Ces remarques et la lassitude m’ont poussé à travailler en parallèle, par les illustrations, l’encrage au pinceau. Ainsi, les déliés bien plus marqués donneront du dynamisme et du caractère au trait.
Face ou profil ?
Au fur et à mesure de la BD, j’ai quasiment abandonné les vues de profil et de face. Trop plates, sans dynamisme, je les réserve désormais uniquement aux gros plans ou lorsqu’on ne voit que le personnage.
C’est flagrant lorsque je relis mes storyboards, où les personnages sont souvent de face ou de profil. J’en ai d’ailleurs souvent fait écho sur le blog (ici et ici par exemple).
Un bon exemple est la… deuxième case de la BD ! Si elle est avant tout une case de décor plus que de personnage, on retrouve la même problématique. D’abord, je la dessine de face, avec une perspective à un point de fuite central. C’est plat et pas très beau. J’aurais d’ailleurs beaucoup de mal à la coloriser.
Ce changement est révélateur de ma façon d’aborder le dessin. Au lieu de me cantonner à des vues simples, que je sais faire, je me pousse à chercher de l’originalité.
C’est cool de voir tout le boulot et les enjeux qu’il y avait derrière ce projet. Petite remarque quand même, je ne suis pas forcément d’accord avec ta définition du travail au feutre… Le feutre fin (type rotring, Unipin ou pigma) fait un trait uniforme, mais ça peut être intéressant pour des trames, ou des éléments de décor en arrière-plan, en le combinant avec d’autres techniques (plume ou pinceau. C’est d’ailleurs ce que préconise Scott McCloud dans « Faire de la bande dessinée » : pinceau pour les cernés, plume pour les détails et feutre pour les trames.

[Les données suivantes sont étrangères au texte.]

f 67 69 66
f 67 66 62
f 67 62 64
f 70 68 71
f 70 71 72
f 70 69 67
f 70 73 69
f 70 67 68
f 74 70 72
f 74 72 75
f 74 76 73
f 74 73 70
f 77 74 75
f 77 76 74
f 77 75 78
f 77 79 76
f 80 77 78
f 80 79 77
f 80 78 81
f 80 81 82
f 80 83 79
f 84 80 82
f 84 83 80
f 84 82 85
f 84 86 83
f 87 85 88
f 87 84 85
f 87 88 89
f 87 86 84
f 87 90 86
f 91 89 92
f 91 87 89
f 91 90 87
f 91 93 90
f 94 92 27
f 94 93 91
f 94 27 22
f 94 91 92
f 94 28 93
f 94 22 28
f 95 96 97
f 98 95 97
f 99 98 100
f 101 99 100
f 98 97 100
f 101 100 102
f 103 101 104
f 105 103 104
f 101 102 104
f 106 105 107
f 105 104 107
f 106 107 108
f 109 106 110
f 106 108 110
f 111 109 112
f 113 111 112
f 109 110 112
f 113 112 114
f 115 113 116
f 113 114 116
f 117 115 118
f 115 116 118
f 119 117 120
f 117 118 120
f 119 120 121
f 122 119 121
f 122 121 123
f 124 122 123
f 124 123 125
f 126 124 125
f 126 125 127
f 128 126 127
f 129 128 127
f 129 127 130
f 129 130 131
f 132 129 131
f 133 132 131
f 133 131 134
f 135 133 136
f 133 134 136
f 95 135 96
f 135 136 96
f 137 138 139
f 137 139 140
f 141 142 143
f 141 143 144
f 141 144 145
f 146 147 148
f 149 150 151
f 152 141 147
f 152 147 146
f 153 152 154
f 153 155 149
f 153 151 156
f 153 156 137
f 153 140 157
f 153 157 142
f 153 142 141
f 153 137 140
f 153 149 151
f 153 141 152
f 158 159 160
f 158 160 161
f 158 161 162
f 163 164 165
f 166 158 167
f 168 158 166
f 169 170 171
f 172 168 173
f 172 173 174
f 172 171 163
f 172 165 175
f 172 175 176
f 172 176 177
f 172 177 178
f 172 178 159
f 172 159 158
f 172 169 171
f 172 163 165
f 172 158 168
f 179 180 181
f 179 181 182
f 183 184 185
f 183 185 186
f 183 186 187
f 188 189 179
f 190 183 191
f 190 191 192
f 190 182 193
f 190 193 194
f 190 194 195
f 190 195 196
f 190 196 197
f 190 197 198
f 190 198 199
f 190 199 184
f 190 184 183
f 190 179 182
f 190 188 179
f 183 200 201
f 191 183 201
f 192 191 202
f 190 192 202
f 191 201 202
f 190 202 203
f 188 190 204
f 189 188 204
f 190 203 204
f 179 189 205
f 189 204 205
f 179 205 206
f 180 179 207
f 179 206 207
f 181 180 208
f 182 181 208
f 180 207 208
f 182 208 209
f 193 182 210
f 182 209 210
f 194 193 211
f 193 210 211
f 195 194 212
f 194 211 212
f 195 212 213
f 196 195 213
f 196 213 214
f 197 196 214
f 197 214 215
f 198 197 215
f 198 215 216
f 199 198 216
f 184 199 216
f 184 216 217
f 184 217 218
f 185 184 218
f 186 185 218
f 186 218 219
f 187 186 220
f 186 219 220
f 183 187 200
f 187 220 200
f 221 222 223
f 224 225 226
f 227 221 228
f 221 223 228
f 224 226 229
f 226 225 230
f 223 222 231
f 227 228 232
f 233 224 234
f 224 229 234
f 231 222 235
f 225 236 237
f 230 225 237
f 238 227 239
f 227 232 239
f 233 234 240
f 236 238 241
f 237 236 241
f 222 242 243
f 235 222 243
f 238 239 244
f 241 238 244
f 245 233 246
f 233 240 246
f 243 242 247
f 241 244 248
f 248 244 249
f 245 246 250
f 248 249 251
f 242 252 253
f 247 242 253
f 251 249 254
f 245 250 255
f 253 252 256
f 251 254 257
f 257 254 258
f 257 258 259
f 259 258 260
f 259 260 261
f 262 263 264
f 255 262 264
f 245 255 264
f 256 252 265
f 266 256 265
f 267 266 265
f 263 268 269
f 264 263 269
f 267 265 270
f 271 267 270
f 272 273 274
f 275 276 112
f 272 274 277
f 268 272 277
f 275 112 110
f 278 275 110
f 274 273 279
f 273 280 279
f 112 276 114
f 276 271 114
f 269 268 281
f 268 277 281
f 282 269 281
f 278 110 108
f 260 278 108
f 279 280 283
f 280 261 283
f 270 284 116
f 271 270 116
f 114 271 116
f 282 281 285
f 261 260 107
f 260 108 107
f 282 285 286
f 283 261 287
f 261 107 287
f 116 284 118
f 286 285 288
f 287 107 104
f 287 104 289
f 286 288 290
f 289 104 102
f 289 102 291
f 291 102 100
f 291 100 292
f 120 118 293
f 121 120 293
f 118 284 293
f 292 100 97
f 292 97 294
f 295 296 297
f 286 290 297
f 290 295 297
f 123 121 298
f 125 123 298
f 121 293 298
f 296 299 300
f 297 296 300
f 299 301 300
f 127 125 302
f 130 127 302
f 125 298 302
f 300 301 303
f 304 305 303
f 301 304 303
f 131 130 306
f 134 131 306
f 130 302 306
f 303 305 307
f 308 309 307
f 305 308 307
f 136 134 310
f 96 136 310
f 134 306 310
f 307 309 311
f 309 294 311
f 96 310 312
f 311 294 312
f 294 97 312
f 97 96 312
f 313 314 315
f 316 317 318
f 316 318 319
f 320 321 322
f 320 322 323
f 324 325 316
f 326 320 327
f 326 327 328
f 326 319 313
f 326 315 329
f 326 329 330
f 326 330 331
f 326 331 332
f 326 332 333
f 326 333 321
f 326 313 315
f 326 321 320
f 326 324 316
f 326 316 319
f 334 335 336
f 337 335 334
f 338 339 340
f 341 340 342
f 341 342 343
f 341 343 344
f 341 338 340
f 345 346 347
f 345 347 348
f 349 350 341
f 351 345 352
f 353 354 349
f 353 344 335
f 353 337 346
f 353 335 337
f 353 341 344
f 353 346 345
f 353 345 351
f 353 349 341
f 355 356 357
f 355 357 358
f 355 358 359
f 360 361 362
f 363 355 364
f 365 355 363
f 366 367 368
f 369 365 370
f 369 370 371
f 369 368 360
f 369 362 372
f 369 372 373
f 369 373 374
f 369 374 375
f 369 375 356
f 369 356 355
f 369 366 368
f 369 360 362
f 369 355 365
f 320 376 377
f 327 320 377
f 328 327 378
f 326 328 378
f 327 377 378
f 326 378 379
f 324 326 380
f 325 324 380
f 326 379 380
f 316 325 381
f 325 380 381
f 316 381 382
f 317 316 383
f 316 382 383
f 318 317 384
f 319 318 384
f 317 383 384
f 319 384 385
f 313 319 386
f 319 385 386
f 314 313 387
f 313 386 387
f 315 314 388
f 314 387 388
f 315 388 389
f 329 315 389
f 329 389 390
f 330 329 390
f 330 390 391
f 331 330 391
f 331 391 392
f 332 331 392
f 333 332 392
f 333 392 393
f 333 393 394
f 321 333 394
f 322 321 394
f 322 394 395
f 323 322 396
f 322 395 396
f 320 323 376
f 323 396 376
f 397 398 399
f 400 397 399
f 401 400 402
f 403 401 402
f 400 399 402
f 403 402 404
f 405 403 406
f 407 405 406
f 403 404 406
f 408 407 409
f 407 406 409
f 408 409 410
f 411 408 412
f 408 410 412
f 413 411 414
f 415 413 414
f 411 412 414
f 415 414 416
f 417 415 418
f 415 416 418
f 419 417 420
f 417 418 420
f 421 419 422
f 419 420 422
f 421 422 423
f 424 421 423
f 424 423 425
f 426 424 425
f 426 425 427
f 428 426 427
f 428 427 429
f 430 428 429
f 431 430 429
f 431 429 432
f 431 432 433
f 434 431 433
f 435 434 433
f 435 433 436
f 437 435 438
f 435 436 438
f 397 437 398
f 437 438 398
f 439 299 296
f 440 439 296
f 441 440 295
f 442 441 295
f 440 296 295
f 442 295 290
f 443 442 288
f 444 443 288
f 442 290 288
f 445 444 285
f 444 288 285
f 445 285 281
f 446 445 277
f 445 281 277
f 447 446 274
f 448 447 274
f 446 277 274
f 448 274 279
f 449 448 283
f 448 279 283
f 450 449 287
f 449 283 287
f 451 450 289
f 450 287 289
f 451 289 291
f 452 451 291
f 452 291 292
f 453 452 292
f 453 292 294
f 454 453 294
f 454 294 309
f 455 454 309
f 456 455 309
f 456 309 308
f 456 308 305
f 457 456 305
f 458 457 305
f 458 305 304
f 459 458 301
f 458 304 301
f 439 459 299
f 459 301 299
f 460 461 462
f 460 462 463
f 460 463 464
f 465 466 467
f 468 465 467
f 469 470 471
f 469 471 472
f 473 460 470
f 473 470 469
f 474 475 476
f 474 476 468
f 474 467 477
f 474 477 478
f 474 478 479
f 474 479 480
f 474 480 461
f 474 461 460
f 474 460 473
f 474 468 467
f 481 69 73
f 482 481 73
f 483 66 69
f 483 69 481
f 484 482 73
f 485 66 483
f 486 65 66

Après, si la plume apporte effectivement un plus en terme de dynamisme du trait, tout n’est pas à jeter dans le 100% feutre, et ce n’est pas forcément un signe de fainéantise (marrant, tu partages ce point de vue avec Bill Watterson, d’ailleurs !), pas plus que ça ne condamne l’ensemble à être fade et sans relief. Pour ma part, j’utilise beaucoup des feutres comme le Pentel sign pen « touch » ou, mieux encore (car indélébile et plus précis) le Tombow fudenosuke. Eh oui, les deux sont japonais, les mecs touchent leur bille pour ce qui est de l’encre ! En tout cas, ces deux-là me permettent beaucoup de variation dans le trait, avec l’énorme avantage de ne pas « rompre » ma dynamique de dessin en faisant des allers-retours vers l’encrier.
Le problème du feutre, c’est que beaucoup d’auteurs qui l’utilisent m’ont dit le faire « parce que ça va vite ».
C’est sûr, ça va plus vite, c’est un des avantages. Mais pas le seul, et on peut avoir un trait intéressant aussi, selon le matos qu’on utilise.
Bien évidemment ! Tout dépend ce que l’on recherche.